São sobreviventes. São os dois que ficaram do tempo das iniciais: CTT, NZZN, TNT, lembram-se? Era a grande balda, a grande paródia. Duas guitarras, baixo e bateria chegavam para se gravar um disco. Assaquem-se as responsabilidades a Rui Veloso, que ainda hoje se deve estar a rir. Na época, UHF e GNR eram dois de entre tantos grupos que passaram pelo “Rock em Stock”, como toda a gente. UHF e “Jorge Morreu”, “Cavalos de Corrida”, “Rua do Carmo”, hinos entoados com entusiasmo por uma juventude que num ápice descobria que a música rock afinal não vinha só da estranja e que era possível encontrar entre portas o escapismo ideal para as suas angústias suburbanas. Porque era nos subúrbios, primeiro em Almada, depois nos arredores das restantes cidades, que respirava a alma coletiva dos UHF. Os GNR eram diferentes: “Espelho Meu” e “Sê um GNR” aliavam o narcisismo a uma subtil provocação. Onde os UHF apostavam desde o início num rock duro e “quadrado”, a banda de Vítor Rua escolhia a pop mais melodiosa, então ainda assimilada de forma incipiente.

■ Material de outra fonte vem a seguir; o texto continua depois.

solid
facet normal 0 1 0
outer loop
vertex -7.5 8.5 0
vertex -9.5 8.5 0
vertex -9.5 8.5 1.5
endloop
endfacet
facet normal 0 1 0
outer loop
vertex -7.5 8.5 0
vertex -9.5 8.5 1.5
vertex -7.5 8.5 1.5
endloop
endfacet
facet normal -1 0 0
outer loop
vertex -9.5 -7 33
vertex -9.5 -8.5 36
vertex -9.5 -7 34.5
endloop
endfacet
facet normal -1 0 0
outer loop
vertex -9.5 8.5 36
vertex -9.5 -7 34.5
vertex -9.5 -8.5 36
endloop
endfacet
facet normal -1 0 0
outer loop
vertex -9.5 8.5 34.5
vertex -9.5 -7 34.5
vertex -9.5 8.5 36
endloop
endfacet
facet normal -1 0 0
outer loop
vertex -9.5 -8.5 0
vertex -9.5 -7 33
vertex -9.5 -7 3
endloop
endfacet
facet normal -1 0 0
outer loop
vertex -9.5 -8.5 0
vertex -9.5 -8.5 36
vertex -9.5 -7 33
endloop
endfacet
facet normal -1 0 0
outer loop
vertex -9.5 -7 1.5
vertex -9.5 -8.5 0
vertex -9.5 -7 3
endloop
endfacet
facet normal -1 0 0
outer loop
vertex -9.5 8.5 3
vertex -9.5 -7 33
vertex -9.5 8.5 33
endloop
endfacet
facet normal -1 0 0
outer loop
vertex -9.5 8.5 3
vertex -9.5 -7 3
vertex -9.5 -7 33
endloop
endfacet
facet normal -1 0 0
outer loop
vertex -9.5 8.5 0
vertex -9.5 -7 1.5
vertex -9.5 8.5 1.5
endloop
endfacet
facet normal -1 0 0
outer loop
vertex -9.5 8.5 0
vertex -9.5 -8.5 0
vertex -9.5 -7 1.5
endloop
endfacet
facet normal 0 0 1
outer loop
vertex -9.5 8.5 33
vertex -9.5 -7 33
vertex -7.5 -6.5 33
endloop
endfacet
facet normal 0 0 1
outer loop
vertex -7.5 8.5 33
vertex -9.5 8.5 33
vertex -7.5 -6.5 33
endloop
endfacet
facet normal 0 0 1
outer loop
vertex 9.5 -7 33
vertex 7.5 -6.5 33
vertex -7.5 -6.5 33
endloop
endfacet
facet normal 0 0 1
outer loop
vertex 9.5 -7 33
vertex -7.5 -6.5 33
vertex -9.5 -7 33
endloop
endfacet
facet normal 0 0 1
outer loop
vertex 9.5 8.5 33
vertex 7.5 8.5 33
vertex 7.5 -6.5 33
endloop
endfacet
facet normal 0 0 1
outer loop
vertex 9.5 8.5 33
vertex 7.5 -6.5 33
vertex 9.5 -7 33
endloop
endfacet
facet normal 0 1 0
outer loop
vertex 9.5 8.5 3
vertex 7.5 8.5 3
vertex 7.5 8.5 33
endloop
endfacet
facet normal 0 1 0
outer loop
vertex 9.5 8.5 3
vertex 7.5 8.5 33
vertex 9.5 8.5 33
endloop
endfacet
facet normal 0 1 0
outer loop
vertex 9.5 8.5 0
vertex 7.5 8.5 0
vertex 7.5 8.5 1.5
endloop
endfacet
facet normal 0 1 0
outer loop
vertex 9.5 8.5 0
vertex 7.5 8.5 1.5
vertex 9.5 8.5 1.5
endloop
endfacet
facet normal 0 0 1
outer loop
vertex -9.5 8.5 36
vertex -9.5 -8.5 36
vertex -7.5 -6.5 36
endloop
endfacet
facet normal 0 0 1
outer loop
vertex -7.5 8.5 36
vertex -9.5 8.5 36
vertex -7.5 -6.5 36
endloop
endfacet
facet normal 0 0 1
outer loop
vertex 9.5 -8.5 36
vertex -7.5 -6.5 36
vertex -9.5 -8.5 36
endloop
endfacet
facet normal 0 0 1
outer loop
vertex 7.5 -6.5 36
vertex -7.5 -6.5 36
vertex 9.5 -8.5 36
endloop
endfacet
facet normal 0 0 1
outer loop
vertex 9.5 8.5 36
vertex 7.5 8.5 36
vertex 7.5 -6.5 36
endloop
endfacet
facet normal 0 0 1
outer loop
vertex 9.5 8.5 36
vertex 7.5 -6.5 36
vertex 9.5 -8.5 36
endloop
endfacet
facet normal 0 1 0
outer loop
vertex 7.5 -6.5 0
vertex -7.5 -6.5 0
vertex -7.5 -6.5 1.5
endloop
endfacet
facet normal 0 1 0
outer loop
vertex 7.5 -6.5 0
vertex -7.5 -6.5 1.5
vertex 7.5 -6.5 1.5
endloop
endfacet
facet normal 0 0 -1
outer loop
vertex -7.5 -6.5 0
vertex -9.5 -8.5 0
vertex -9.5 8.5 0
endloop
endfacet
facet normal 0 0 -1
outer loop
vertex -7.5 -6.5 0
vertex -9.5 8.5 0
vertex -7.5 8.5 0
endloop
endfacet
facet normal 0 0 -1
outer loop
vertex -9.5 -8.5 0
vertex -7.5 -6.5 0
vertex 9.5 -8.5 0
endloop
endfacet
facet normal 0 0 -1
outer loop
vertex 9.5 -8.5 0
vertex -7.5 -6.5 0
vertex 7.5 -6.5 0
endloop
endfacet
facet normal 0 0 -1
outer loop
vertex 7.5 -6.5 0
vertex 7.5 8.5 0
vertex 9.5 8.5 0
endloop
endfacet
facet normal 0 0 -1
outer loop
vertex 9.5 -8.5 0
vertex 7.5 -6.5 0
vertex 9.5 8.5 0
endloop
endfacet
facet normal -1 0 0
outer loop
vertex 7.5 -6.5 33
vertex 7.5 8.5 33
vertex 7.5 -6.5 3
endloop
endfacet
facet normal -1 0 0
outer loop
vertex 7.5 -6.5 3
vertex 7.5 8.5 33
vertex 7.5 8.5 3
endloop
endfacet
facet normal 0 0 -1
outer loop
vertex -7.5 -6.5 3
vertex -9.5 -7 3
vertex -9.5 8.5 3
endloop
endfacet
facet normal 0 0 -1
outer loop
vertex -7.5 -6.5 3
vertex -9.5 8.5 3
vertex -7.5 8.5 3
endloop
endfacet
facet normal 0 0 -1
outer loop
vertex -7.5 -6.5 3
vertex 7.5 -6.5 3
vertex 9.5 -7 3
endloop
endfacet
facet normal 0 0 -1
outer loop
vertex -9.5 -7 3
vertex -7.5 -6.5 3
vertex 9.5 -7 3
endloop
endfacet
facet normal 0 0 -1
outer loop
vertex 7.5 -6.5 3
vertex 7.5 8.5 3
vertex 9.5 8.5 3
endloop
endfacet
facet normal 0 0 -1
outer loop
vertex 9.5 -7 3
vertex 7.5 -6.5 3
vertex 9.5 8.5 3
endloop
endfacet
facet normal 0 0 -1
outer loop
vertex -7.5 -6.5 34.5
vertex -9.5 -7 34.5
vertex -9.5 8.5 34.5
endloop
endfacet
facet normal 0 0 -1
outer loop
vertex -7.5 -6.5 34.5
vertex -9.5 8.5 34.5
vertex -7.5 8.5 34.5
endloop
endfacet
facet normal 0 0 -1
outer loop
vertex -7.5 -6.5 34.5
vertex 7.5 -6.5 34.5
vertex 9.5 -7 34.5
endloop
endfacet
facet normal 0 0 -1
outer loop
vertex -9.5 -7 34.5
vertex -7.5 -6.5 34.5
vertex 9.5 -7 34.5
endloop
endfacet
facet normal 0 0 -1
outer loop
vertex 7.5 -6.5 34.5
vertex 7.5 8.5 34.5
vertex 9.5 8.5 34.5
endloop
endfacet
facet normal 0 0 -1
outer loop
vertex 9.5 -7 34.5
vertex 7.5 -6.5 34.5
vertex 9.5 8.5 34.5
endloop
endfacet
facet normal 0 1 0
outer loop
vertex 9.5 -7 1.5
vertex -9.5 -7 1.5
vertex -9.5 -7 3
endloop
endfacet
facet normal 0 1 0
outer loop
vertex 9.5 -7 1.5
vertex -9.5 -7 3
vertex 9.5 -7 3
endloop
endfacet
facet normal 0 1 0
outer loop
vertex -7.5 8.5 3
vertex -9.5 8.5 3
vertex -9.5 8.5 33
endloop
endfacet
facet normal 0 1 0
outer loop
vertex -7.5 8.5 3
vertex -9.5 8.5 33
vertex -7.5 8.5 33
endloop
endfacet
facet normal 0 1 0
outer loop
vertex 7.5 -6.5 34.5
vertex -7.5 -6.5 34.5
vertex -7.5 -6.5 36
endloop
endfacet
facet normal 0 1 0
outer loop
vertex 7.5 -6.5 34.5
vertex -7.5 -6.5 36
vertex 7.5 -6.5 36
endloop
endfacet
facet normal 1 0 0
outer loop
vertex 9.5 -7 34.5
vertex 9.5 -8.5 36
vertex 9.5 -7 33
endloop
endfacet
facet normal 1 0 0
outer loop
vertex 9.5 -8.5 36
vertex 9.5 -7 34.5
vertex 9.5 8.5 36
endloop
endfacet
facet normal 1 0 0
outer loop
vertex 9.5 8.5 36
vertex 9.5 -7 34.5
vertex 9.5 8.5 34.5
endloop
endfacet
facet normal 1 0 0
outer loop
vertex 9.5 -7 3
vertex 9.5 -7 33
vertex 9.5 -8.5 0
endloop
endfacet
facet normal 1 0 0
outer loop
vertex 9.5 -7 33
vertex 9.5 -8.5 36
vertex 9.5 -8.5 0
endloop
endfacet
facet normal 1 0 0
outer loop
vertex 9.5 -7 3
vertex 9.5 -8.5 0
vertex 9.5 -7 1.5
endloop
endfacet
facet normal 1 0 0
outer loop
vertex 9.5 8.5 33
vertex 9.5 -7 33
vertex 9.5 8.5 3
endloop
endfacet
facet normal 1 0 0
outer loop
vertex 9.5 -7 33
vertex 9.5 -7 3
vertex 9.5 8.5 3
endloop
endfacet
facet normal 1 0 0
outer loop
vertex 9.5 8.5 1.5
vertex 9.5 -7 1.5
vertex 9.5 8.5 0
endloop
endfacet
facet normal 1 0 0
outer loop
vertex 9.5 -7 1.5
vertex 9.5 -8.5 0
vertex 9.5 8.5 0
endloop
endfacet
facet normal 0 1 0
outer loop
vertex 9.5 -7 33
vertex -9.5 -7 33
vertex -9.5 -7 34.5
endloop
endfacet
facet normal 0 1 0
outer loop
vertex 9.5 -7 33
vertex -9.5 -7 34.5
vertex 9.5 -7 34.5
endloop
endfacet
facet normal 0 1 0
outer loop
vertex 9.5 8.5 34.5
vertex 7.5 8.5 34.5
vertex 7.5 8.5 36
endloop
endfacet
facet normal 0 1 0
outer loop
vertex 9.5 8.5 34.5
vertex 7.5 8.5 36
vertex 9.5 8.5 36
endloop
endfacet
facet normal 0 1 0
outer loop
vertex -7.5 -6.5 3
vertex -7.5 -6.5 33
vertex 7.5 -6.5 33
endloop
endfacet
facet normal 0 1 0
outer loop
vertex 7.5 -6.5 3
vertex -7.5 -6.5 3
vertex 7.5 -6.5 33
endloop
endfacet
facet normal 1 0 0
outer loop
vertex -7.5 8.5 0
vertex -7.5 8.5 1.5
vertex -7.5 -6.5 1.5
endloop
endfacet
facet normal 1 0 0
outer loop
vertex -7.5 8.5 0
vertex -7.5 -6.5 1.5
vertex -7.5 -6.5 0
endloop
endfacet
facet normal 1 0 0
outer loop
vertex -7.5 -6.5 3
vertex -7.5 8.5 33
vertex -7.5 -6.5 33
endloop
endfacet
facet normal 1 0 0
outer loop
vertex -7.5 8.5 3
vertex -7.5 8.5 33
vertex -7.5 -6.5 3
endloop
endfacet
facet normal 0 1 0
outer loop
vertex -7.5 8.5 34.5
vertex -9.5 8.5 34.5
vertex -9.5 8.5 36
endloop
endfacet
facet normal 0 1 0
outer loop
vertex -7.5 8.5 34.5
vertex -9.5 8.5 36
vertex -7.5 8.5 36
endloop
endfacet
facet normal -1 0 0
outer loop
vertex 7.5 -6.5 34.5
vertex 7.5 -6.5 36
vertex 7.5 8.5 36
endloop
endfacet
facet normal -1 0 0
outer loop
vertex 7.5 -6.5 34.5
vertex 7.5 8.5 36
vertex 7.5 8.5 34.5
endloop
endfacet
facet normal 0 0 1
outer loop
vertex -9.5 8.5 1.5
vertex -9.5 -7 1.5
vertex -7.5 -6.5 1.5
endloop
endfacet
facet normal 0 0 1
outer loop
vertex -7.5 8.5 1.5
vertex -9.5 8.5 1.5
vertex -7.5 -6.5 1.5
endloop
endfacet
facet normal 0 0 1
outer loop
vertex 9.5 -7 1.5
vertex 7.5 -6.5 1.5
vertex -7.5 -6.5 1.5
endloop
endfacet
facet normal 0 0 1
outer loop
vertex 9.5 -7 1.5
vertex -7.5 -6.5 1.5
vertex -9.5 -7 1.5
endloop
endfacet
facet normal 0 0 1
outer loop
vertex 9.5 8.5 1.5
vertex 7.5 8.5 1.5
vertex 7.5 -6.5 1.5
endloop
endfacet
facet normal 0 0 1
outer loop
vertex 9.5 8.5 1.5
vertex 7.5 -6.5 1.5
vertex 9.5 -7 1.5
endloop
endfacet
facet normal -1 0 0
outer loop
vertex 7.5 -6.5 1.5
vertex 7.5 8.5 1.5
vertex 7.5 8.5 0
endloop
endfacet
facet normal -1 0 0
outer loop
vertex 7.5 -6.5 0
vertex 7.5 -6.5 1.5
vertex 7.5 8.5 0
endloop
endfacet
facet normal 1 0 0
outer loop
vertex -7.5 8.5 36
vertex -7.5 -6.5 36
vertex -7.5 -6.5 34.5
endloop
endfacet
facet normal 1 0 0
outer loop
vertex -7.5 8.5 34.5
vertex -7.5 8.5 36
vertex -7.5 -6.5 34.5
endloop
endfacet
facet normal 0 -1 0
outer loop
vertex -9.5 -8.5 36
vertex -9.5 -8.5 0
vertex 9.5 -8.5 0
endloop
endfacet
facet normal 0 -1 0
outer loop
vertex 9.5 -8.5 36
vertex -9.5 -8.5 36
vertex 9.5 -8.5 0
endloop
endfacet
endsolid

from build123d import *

# Parameters (mm, degrees)
SKETCH1_W           = 19
SKETCH1_H           = 17
BOSS_EXTRUDE1_DEPTH = 36
SKETCH2_W           = 15
SKETCH2_H           = 36
CUT_EXTRUDE1_DEPTH  = 15
SKETCH3_W           = 19
SKETCH3_H           = 1.5
CUT_EXTRUDE2_DEPTH  = 15.5


with BuildPart() as part:
    # Sketch1 → Boss-Extrude1 (new body)
    with BuildSketch(Plane.XY):
        Rectangle(SKETCH1_W, SKETCH1_H)
    extrude(amount=BOSS_EXTRUDE1_DEPTH)

    # Sketch2 → Cut-Extrude1 (cut)
    with BuildSketch(Plane(origin=(0, 8.5, 0), x_dir=(1, 0, 0), z_dir=(0, 1, 0))):
        with Locations((0, -18)):
            Rectangle(SKETCH2_W, SKETCH2_H)
    extrude(amount=-CUT_EXTRUDE1_DEPTH, mode=Mode.SUBTRACT)

    # Sketch3 → Cut-Extrude2 (cut)
    with BuildSketch(Plane(origin=(0, 8.5, 0), x_dir=(1, 0, 0), z_dir=(0, 1, 0))):
        with Locations((0, -33.75)):
            Rectangle(SKETCH3_W, SKETCH3_H)
        with Locations((0, -2.25)):
            Rectangle(SKETCH3_W, SKETCH3_H)
    extrude(amount=-CUT_EXTRUDE2_DEPTH, mode=Mode.SUBTRACT)


solid = part.part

Com a chegada de Rui Reininho, tudo mudaria de figura.
UHF e GNR, ou vice-versa, para não ferir suscetibilidades, passaram, ao longo de dez anos, por fases boas e más. Houve crises, zangas, acidentes, discos de ouro, fracassos, grandes espetáculos, bailes de província, “apoteoses”, sempre adiadas, no estrangeiro. Entraram músicos, saíram músicos. Alexandre Soares, o mais recordado nos GNR. Renato Gomes, nos UHF. Ambos os grupos, independentemente da qualidade musical intrínseca do seu trabalho, souberam atravessar uma década mais ou menos incólumes. Gravando discos e, proeza das proezas, conseguindo, a dada altura, viver apenas desse trabalho. Instinto de sobrevivência só traduzido realmente em vida de facto, quando acompanhado pela tal qualidade, separadora do trigo e do joio. Dito de outro modo: A lei da selva em que sobrevivem os aptos e morrem os fracos e azarados, que o fator sorte também conta nestes casos. Evoluíram de forma diferente. Enquanto os UHF se mantiveram sempre fiéis a uma determinada linha, um rock de intervenção filtrado pelas vivências pessoais do seu líder incontestado, António Manuel Ribeiro, os GNR fizeram da heterogeneidade e surpresa constante o seu cavalo de batalha – entre “Espelho Meu”, “Avarias, “Hardcore” ou “Dunas” não existe rigorosamente nada em comum senão o inconfundível estilo vocal de Rui Reininho.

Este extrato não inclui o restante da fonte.